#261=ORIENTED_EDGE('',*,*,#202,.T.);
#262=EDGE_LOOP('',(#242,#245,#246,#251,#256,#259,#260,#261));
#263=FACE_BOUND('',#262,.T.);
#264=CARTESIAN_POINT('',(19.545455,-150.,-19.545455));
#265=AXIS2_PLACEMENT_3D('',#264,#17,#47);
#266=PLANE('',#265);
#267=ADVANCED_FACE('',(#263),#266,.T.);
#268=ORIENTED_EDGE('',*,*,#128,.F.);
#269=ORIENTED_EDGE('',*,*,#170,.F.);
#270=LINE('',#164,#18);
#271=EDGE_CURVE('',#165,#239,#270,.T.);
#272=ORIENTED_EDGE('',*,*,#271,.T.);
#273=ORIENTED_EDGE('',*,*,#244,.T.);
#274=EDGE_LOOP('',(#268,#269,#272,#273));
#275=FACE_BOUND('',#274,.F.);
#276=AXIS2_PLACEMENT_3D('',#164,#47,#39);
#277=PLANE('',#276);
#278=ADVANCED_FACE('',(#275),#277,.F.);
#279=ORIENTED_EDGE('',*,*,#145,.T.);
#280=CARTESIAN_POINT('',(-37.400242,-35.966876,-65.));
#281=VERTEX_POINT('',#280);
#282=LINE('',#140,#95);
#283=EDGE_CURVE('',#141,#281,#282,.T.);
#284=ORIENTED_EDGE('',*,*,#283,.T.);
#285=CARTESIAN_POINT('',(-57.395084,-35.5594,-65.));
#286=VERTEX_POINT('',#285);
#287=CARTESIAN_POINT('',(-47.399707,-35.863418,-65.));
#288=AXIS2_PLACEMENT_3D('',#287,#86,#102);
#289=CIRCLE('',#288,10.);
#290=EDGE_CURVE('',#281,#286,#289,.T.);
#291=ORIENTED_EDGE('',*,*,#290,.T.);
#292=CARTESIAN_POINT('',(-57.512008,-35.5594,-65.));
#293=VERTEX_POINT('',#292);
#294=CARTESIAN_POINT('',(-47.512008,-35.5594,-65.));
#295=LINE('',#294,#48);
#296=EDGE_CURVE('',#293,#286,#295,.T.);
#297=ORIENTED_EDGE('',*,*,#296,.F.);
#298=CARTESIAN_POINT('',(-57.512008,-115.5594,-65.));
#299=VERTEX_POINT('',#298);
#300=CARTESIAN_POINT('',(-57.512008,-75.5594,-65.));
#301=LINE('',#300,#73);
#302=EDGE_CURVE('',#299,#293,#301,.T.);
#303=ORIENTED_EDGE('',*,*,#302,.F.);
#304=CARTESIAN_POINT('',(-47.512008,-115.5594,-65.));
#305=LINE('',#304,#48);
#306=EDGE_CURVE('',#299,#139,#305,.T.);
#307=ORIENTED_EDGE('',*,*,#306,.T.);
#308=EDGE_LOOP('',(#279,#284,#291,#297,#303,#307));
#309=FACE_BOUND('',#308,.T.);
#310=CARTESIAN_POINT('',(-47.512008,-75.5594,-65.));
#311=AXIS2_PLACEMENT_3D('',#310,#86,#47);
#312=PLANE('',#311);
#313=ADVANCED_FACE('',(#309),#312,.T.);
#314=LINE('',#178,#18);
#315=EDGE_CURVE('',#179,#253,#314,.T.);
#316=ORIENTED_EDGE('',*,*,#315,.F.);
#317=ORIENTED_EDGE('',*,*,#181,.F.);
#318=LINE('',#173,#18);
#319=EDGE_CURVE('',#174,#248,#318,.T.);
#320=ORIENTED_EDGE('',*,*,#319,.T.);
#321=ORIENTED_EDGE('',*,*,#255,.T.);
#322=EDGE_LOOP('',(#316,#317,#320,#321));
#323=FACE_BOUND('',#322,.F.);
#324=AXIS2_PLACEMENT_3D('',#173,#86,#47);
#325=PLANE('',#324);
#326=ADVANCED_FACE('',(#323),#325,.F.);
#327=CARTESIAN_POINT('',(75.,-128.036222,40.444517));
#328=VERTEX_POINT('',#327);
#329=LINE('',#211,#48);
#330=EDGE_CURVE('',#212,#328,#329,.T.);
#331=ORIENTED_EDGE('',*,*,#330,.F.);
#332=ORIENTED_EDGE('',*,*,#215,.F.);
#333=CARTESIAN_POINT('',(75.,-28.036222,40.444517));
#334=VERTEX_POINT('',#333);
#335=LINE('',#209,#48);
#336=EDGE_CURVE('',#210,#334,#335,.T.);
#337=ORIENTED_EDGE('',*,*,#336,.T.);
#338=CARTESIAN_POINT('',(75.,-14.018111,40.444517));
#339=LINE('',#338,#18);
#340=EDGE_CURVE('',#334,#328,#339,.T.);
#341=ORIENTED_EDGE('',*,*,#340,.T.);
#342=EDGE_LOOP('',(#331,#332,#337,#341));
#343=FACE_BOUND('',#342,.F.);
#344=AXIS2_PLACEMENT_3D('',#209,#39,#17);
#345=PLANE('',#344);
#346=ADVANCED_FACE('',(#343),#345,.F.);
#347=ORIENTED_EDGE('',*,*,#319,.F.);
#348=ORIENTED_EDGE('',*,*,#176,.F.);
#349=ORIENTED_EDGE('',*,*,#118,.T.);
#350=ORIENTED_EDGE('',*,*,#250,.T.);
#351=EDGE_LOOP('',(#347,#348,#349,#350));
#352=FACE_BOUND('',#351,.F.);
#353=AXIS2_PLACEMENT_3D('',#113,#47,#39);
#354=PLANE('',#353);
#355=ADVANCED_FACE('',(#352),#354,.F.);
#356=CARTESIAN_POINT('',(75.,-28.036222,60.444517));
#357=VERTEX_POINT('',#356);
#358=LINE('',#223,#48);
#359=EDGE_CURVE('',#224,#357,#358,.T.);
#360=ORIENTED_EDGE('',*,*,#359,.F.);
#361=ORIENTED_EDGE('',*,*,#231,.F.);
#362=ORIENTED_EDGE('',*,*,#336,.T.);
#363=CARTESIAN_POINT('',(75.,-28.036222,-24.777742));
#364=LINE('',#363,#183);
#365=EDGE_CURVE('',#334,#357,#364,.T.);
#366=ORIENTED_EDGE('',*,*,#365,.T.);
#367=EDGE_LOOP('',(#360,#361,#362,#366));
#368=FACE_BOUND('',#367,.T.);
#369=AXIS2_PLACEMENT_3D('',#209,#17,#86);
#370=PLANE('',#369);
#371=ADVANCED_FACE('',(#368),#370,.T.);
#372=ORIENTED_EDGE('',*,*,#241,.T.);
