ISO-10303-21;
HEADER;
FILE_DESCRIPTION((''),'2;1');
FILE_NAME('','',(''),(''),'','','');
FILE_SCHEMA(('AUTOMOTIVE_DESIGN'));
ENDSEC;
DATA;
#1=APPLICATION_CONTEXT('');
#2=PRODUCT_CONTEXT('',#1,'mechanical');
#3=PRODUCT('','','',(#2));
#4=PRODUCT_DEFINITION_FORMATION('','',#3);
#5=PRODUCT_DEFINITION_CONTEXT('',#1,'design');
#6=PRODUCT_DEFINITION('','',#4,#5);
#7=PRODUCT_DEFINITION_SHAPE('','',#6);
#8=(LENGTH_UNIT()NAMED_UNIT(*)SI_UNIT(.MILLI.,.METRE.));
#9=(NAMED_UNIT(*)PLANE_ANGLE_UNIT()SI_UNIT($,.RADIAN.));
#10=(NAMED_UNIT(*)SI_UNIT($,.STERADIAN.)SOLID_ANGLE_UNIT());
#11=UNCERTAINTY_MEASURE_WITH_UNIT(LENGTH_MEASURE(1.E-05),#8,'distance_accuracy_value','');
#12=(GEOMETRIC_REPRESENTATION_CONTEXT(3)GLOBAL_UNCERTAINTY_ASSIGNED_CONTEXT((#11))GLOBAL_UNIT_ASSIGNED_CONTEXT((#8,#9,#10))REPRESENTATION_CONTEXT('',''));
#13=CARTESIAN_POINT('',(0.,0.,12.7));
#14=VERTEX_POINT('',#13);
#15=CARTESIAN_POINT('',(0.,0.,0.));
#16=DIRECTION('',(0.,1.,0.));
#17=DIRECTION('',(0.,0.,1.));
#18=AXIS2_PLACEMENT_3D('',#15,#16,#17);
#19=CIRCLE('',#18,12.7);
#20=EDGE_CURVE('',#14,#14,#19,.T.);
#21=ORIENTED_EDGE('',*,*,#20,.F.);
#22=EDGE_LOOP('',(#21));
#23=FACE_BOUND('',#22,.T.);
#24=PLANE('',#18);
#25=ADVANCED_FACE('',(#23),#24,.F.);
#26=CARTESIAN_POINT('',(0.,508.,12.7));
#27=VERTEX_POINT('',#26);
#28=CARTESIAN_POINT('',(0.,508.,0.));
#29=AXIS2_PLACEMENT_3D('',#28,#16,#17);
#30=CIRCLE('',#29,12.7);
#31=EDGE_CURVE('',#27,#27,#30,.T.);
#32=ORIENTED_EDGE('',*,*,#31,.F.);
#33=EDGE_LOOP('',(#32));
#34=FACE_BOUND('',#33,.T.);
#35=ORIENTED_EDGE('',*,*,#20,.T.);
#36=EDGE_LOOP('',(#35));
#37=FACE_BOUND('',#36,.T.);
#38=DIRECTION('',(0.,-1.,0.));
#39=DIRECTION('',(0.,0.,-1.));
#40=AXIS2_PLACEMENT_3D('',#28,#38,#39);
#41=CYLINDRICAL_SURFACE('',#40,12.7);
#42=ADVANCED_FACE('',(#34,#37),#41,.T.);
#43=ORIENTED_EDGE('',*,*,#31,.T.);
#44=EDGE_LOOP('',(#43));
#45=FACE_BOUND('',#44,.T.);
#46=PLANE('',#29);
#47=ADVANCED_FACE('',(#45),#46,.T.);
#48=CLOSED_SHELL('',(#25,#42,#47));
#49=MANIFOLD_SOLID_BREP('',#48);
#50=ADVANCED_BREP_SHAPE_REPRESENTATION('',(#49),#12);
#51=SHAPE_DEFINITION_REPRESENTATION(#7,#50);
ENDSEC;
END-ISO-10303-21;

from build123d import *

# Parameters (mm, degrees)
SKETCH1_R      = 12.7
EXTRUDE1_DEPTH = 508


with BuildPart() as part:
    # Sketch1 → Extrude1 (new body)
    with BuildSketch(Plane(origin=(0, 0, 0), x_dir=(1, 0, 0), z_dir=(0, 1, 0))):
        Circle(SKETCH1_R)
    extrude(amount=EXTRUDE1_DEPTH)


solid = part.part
---
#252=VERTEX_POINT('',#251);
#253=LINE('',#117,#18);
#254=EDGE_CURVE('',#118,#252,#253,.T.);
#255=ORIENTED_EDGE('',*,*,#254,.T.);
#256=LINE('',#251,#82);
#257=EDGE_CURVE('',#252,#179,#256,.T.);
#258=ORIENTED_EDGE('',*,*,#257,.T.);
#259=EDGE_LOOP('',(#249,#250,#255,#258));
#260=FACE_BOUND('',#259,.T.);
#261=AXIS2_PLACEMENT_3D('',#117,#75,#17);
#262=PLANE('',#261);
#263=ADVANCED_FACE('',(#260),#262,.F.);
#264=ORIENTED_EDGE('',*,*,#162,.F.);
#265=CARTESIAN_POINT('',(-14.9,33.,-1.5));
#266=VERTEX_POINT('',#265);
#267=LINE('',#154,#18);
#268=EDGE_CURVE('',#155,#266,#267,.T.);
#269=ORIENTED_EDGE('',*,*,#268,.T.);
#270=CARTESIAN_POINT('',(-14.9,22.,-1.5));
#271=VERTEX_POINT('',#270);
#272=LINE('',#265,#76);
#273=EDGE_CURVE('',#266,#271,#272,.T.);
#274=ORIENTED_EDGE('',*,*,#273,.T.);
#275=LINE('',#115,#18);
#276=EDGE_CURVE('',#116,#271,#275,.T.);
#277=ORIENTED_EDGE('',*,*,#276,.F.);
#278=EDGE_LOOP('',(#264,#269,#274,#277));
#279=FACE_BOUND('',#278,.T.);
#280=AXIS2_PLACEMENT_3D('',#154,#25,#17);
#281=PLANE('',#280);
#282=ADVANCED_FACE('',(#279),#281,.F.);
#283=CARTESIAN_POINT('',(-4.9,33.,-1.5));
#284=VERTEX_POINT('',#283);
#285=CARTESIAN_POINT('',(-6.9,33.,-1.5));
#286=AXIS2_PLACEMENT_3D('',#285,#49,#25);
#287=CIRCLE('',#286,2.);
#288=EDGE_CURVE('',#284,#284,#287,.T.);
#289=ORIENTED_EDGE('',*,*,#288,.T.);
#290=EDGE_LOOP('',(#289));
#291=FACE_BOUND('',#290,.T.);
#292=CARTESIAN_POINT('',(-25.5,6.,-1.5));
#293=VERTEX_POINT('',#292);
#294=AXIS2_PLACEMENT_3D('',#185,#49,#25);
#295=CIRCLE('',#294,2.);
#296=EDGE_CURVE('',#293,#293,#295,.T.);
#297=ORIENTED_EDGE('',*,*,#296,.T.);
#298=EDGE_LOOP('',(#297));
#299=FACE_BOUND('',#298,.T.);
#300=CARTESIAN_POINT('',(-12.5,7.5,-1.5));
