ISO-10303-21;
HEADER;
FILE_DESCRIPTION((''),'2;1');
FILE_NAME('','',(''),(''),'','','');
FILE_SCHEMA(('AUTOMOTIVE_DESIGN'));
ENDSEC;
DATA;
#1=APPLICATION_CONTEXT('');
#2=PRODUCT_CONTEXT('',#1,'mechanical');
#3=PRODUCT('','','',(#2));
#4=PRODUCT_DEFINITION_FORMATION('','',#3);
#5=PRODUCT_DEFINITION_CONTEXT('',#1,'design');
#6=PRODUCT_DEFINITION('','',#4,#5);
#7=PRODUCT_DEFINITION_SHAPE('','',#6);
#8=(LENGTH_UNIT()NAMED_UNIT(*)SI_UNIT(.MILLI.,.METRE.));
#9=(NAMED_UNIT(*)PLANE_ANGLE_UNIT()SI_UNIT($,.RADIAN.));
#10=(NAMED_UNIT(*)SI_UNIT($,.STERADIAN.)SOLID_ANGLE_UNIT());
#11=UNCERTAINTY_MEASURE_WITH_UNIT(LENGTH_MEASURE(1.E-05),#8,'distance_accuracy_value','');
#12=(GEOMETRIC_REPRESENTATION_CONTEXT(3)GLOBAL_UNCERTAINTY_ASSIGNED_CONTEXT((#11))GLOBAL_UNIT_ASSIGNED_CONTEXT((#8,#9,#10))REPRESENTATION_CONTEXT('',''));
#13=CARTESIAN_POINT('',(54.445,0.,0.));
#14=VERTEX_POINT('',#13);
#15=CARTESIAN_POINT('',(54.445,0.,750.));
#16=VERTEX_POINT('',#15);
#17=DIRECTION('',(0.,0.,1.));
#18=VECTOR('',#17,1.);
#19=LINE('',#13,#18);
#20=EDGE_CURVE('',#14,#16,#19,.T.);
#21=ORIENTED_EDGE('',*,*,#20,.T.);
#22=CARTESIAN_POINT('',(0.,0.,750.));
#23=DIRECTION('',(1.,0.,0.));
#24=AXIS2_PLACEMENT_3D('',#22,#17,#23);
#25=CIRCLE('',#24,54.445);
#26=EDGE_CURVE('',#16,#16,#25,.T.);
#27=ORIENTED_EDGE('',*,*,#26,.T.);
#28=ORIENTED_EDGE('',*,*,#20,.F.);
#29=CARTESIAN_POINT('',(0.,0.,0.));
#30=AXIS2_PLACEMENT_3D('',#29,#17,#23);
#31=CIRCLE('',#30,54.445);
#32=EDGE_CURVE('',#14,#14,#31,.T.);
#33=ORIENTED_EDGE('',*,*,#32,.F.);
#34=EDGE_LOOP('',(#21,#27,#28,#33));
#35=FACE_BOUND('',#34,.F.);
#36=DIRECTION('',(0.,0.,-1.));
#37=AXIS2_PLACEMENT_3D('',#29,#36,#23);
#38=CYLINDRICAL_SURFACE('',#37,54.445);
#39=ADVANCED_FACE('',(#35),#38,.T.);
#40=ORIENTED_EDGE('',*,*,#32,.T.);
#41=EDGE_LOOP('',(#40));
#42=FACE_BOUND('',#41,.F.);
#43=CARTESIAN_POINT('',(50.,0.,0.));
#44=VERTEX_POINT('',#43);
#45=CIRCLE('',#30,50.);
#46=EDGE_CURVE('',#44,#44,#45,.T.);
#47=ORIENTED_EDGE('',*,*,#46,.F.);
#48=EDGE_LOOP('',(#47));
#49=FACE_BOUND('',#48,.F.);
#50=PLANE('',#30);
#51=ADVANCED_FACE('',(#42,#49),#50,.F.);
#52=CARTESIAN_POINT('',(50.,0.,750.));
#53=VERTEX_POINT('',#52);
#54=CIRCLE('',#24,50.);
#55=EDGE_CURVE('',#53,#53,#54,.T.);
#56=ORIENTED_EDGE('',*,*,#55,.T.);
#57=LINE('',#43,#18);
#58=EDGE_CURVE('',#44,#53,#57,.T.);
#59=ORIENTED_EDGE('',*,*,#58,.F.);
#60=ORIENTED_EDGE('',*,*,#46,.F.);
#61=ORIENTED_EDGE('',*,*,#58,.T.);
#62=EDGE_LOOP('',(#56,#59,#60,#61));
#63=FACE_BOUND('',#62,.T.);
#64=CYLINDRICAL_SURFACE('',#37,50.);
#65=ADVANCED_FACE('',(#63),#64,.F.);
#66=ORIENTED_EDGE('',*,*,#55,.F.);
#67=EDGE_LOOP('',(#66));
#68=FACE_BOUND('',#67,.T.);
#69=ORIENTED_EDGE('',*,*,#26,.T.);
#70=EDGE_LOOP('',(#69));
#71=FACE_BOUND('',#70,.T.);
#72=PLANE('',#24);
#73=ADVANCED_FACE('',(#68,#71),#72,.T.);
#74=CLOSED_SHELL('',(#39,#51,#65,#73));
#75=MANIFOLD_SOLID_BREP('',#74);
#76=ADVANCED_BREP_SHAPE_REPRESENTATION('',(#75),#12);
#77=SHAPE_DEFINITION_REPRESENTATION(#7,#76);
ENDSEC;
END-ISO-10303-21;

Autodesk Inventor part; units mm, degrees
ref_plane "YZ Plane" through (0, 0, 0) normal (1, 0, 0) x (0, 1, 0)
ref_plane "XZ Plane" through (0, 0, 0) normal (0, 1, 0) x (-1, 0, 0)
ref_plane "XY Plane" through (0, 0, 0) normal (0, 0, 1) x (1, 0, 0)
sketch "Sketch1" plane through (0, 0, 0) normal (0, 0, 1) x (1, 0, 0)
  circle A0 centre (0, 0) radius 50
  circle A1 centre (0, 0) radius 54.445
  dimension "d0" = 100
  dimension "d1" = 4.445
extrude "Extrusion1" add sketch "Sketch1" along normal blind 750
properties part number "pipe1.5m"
---
• _Directions_:
All that is wanted is a faithful reproduction of the line above with "#321=ORIENTED_EDGE('',*,*,#255,.T.);", the line with "#356=CARTESIAN_POINT('',(75.,-28.036222,60.444517));", and every line in between.

• _Response box_:
#321=ORIENTED_EDGE('',*,*,#255,.T.);
#322=EDGE_LOOP('',(#316,#317,#320,#321));
#323=FACE_BOUND('',#322,.F.);
#324=AXIS2_PLACEMENT_3D('',#173,#86,#47);
#325=PLANE('',#324);
#326=ADVANCED_FACE('',(#323),#325,.F.);
#327=CARTESIAN_POINT('',(75.,-128.036222,40.444517));
#328=VERTEX_POINT('',#327);
#329=LINE('',#211,#48);
#330=EDGE_CURVE('',#212,#328,#329,.T.);
#331=ORIENTED_EDGE('',*,*,#330,.F.);
#332=ORIENTED_EDGE('',*,*,#215,.F.);
#333=CARTESIAN_POINT('',(75.,-28.036222,40.444517));
#334=VERTEX_POINT('',#333);
#335=LINE('',#209,#48);
#336=EDGE_CURVE('',#210,#334,#335,.T.);
#337=ORIENTED_EDGE('',*,*,#336,.T.);
#338=CARTESIAN_POINT('',(75.,-14.018111,40.444517));
#339=LINE('',#338,#18);
#340=EDGE_CURVE('',#334,#328,#339,.T.);
#341=ORIENTED_EDGE('',*,*,#340,.T.);
#342=EDGE_LOOP('',(#331,#332,#337,#341));
#343=FACE_BOUND('',#342,.F.);
#344=AXIS2_PLACEMENT_3D('',#209,#39,#17);
#345=PLANE('',#344);
#346=ADVANCED_FACE('',(#343),#345,.F.);
#347=ORIENTED_EDGE('',*,*,#319,.F.);
#348=ORIENTED_EDGE('',*,*,#176,.F.);
#349=ORIENTED_EDGE('',*,*,#118,.T.);
#350=ORIENTED_EDGE('',*,*,#250,.T.);
#351=EDGE_LOOP('',(#347,#348,#349,#350));
#352=FACE_BOUND('',#351,.F.);
#353=AXIS2_PLACEMENT_3D('',#113,#47,#39);
#354=PLANE('',#353);
#355=ADVANCED_FACE('',(#352),#354,.F.);
#356=CARTESIAN_POINT('',(75.,-28.036222,60.444517));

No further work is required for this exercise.